From the entries below, copy every line where the string "DistanceY" appears.

Available data:

=== Begin Enclosure ===

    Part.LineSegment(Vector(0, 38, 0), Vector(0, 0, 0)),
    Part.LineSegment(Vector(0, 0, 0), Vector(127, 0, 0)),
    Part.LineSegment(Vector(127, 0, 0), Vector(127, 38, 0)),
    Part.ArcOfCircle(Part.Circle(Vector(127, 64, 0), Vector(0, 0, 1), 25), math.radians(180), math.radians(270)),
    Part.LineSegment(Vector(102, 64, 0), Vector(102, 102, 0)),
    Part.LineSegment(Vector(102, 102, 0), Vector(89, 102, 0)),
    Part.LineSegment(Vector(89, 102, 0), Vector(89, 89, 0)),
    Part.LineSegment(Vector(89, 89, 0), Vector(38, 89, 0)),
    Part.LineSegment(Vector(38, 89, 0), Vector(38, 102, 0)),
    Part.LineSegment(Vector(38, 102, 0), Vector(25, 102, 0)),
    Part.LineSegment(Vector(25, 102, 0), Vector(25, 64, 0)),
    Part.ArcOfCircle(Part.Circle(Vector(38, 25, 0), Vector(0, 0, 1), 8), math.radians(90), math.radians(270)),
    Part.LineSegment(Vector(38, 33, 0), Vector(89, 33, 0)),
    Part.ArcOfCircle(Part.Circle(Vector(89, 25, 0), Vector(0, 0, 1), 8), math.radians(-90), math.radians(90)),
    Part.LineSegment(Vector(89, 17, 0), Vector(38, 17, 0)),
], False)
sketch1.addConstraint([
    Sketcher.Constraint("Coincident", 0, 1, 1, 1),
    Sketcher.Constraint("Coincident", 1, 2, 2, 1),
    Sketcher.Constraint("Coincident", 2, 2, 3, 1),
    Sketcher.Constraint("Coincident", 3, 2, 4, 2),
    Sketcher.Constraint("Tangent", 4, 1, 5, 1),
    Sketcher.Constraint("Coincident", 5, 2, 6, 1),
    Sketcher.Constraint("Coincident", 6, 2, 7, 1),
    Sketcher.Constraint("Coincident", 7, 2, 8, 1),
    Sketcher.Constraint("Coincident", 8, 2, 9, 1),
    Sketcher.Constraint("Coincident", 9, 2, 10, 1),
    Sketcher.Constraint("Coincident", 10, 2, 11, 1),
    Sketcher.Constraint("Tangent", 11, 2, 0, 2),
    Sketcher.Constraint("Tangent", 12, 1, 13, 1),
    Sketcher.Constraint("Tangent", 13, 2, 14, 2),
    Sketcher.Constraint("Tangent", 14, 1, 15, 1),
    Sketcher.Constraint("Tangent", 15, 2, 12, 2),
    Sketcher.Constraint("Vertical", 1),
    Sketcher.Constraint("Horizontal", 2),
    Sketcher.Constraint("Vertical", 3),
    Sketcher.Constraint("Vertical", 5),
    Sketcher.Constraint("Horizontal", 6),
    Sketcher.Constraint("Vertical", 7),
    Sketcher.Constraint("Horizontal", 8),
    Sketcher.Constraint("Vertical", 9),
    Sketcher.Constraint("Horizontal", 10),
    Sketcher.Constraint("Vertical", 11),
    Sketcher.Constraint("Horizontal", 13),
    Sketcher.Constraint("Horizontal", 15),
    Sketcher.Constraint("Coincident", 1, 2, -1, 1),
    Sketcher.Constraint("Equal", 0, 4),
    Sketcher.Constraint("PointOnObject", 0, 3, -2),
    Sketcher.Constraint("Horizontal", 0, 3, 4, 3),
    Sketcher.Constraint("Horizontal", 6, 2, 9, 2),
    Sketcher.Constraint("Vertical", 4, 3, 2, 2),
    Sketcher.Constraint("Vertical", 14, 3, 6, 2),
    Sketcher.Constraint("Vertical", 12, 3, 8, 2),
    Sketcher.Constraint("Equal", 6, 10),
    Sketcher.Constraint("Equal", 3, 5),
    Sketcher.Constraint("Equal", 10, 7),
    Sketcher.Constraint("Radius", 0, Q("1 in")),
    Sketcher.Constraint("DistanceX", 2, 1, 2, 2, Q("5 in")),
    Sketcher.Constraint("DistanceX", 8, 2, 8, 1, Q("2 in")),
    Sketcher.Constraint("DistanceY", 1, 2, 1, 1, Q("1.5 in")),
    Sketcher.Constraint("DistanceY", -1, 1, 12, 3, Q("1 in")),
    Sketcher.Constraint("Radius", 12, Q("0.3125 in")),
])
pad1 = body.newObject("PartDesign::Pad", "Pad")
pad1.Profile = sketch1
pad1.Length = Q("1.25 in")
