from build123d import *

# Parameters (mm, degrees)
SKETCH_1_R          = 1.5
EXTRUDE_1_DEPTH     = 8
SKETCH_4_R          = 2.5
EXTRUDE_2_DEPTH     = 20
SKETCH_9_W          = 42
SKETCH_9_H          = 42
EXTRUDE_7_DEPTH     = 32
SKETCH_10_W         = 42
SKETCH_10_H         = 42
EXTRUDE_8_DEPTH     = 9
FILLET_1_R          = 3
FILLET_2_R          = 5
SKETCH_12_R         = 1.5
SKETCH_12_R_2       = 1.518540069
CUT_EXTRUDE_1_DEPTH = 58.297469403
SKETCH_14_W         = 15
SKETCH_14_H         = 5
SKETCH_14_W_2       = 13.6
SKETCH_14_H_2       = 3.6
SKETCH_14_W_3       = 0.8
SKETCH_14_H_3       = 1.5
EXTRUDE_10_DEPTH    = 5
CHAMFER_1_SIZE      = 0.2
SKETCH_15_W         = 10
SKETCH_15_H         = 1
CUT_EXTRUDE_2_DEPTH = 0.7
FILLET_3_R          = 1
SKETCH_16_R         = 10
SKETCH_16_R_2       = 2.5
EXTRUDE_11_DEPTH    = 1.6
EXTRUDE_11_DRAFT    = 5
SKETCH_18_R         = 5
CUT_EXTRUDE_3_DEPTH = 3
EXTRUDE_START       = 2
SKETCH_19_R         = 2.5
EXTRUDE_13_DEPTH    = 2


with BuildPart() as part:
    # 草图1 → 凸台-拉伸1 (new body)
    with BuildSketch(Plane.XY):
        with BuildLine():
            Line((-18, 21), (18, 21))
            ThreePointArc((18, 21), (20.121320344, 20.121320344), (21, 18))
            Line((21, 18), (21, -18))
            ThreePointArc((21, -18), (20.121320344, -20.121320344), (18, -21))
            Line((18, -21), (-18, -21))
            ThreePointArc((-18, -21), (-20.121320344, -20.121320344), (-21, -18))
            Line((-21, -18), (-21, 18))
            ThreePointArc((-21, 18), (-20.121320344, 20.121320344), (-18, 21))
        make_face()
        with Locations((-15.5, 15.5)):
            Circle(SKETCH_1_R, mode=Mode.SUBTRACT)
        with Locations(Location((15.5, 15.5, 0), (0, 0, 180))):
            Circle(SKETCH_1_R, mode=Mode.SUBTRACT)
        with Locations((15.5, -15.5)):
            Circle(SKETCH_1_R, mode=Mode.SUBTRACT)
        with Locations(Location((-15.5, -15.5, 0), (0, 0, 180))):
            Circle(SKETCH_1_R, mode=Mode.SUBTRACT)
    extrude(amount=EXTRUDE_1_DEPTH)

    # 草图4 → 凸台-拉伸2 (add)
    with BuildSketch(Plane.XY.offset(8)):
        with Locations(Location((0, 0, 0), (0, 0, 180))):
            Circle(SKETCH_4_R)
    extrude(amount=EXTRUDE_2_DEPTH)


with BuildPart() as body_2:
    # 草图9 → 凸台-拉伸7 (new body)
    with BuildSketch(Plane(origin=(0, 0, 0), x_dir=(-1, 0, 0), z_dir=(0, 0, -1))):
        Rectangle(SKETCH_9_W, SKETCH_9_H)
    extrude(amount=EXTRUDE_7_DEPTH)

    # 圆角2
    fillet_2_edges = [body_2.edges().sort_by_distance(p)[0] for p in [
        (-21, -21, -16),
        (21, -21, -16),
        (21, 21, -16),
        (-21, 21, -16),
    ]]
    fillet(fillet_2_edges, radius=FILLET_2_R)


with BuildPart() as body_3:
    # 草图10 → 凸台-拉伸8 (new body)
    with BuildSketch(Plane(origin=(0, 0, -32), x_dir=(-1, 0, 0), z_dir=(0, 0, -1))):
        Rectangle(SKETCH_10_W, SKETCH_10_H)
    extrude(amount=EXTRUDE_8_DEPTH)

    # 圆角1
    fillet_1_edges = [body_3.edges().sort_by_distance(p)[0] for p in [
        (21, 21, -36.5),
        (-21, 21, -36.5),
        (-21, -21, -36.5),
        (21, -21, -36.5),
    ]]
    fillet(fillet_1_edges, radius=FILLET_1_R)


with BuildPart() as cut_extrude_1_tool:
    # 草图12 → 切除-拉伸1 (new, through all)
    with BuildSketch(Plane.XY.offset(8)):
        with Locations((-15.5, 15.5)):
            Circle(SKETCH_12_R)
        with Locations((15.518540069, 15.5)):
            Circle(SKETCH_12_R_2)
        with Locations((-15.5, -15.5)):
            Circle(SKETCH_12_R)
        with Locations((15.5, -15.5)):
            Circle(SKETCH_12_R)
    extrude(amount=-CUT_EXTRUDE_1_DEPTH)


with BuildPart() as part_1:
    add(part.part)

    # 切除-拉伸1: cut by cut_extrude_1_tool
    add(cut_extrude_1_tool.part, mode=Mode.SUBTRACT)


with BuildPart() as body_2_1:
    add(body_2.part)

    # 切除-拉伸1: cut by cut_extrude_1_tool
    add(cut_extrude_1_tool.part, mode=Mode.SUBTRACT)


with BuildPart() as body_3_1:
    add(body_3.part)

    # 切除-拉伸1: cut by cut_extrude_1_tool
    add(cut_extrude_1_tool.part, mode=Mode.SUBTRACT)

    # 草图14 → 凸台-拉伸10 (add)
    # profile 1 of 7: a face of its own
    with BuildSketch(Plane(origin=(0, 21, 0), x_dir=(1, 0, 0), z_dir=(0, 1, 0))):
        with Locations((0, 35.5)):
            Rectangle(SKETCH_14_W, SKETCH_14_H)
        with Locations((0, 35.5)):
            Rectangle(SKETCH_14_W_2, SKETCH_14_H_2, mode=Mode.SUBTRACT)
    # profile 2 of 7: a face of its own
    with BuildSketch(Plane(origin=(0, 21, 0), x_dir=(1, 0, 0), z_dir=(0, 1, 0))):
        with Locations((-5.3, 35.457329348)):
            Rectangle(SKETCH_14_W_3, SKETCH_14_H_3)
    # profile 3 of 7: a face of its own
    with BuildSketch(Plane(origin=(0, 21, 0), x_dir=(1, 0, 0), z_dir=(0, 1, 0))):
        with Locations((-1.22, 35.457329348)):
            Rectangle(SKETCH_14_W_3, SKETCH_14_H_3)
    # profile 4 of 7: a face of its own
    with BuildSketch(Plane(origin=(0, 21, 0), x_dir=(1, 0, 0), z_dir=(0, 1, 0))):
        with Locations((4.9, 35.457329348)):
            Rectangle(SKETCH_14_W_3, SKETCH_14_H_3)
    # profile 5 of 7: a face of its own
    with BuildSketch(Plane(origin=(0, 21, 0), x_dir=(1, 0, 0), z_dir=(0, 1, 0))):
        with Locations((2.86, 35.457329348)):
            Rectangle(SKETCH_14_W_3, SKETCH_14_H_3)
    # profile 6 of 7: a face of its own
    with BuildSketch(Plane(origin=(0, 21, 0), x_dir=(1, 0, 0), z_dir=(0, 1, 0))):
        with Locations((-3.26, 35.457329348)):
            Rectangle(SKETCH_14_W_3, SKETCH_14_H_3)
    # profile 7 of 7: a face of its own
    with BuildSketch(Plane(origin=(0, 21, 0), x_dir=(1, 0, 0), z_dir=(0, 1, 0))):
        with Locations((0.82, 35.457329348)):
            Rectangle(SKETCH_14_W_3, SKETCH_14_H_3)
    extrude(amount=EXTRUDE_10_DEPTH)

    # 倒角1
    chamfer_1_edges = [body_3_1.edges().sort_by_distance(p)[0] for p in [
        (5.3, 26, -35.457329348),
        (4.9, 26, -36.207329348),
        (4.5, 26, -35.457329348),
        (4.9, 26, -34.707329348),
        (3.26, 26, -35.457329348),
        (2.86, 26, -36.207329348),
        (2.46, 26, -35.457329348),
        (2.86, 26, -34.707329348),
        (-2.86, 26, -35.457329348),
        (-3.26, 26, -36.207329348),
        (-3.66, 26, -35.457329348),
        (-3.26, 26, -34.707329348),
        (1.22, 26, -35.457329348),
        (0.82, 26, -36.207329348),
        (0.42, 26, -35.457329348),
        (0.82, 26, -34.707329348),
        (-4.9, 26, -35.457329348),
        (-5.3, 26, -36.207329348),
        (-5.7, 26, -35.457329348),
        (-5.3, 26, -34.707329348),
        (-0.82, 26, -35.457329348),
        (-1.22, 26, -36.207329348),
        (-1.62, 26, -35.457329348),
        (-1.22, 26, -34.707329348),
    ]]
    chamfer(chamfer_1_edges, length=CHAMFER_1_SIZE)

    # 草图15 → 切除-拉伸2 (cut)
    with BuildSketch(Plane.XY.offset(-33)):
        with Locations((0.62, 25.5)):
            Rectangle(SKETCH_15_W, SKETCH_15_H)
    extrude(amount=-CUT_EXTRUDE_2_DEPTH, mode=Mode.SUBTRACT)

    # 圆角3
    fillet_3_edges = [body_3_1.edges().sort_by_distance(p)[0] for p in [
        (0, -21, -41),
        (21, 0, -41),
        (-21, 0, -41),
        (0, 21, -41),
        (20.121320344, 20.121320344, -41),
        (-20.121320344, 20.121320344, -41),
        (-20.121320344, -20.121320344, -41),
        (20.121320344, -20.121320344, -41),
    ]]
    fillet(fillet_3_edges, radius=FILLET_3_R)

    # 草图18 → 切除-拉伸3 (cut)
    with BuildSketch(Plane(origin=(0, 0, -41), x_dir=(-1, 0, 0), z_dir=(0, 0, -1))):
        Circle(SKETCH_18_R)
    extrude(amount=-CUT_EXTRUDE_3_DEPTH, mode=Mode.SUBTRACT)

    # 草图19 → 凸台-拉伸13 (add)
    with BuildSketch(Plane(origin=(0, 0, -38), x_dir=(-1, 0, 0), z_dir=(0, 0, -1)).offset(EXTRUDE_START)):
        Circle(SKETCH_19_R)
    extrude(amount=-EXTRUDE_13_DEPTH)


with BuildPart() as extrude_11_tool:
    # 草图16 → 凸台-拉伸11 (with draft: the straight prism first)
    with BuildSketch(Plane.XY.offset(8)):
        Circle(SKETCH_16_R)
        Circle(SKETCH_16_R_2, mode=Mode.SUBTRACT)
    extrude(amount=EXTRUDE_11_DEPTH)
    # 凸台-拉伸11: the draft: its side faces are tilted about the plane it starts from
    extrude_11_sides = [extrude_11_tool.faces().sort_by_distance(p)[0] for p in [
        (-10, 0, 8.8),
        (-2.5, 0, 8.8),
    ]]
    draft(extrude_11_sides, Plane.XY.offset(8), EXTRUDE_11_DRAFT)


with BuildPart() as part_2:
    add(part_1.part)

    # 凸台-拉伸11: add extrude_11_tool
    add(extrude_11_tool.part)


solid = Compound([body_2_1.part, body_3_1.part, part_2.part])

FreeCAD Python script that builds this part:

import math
import FreeCAD as App
import Part
import Sketcher

V = App.Vector
Q = App.Units.Quantity


def edges_at(feature, points):
    """Names of the edges that pass closest to the given points."""
    edges = feature.Shape.Edges
    near = lambda p: min(range(len(edges)), key=lambda i: edges[i].distToShape(Part.Vertex(*p))[0])
    return sorted({f"Edge{near(p) + 1}" for p in points})


def faces_at(feature, points):
    """Names of the faces that lie closest to the given points."""
    faces = feature.Shape.Faces
    near = lambda p: min(range(len(faces)), key=lambda i: faces[i].distToShape(Part.Vertex(*p))[0])
    return sorted({f"Face{near(p) + 1}" for p in points})


def add_polygon(sketch, points):
    """Adds a closed chain of lines whose ends are joined by coincident constraints."""
    first, n = sketch.GeometryCount, len(points)
    for a, b in zip(points, points[1:] + points[:1]):
        sketch.addGeometry(Part.LineSegment(App.Vector(*a, 0), App.Vector(*b, 0)), False)
    for i in range(n):
        sketch.addConstraint(Sketcher.Constraint("Coincident", first + i, 2, first + (i + 1) % n, 1))

doc = App.newDocument("Part")
body = doc.addObject("PartDesign::Body", "Body")

# Sketch on XY plane
sketch1 = body.newObject("Sketcher::SketchObject", "Sketch")
sketch1.AttachmentSupport = (doc.getObject("XY_Plane"), [""])
sketch1.MapMode = "FlatFace"
sketch1.addGeometry([
    Part.LineSegment(V(18, 21, 0), V(-18, 21, 0)),  # 0
    Part.ArcOfCircle(Part.Circle(V(-18, 18, 0), V(0, 0, 1), 3), math.radians(90), math.radians(180)),  # 1
    Part.LineSegment(V(-21, 18, 0), V(-21, -18, 0)),  # 2
    Part.ArcOfCircle(Part.Circle(V(-18, -18, 0), V(0, 0, 1), 3), math.radians(180), math.radians(270)),  # 3
    Part.LineSegment(V(-18, -21, 0), V(18, -21, 0)),  # 4
    Part.ArcOfCircle(Part.Circle(V(18, -18, 0), V(0, 0, 1), 3), math.radians(-90), math.radians(0)),  # 5
    Part.LineSegment(V(21, -18, 0), V(21, 18, 0)),  # 6
    Part.ArcOfCircle(Part.Circle(V(18, 18, 0), V(0, 0, 1), 3), math.radians(0), math.radians(90)),  # 7
    Part.Circle(V(15.5, -15.5, 0), V(0, 0, 1), 1.5),  # 8
    Part.Circle(V(-15.5, -15.5, 0), V(0, 0, 1), 1.5),  # 9
    Part.Circle(V(15.5, 15.5, 0), V(0, 0, 1), 1.5),  # 10
    Part.Circle(V(-15.5, 15.5, 0), V(0, 0, 1), 1.5),  # 11
], False)
sketch1.addConstraint([
    Sketcher.Constraint("Tangent", 0, 2, 1, 1),
    Sketcher.Constraint("Tangent", 1, 2, 2, 1),
    Sketcher.Constraint("Tangent", 2, 2, 3, 1),
    Sketcher.Constraint("Tangent", 3, 2, 4, 1),
    Sketcher.Constraint("Tangent", 4, 2, 5, 1),
    Sketcher.Constraint("Tangent", 5, 2, 6, 1),
    Sketcher.Constraint("Tangent", 6, 2, 7, 1),
    Sketcher.Constraint("Tangent", 7, 2, 0, 1),
    Sketcher.Constraint("Horizontal", 0),
    Sketcher.Constraint("Vertical", 2),
    Sketcher.Constraint("Horizontal", 4),
    Sketcher.Constraint("Vertical", 6),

=== End Enclosure ===

Response box:
    Sketcher.Constraint("DistanceY", 1, 2, 1, 1, Q("1.5 in")),
    Sketcher.Constraint("DistanceY", -1, 1, 12, 3, Q("1 in")),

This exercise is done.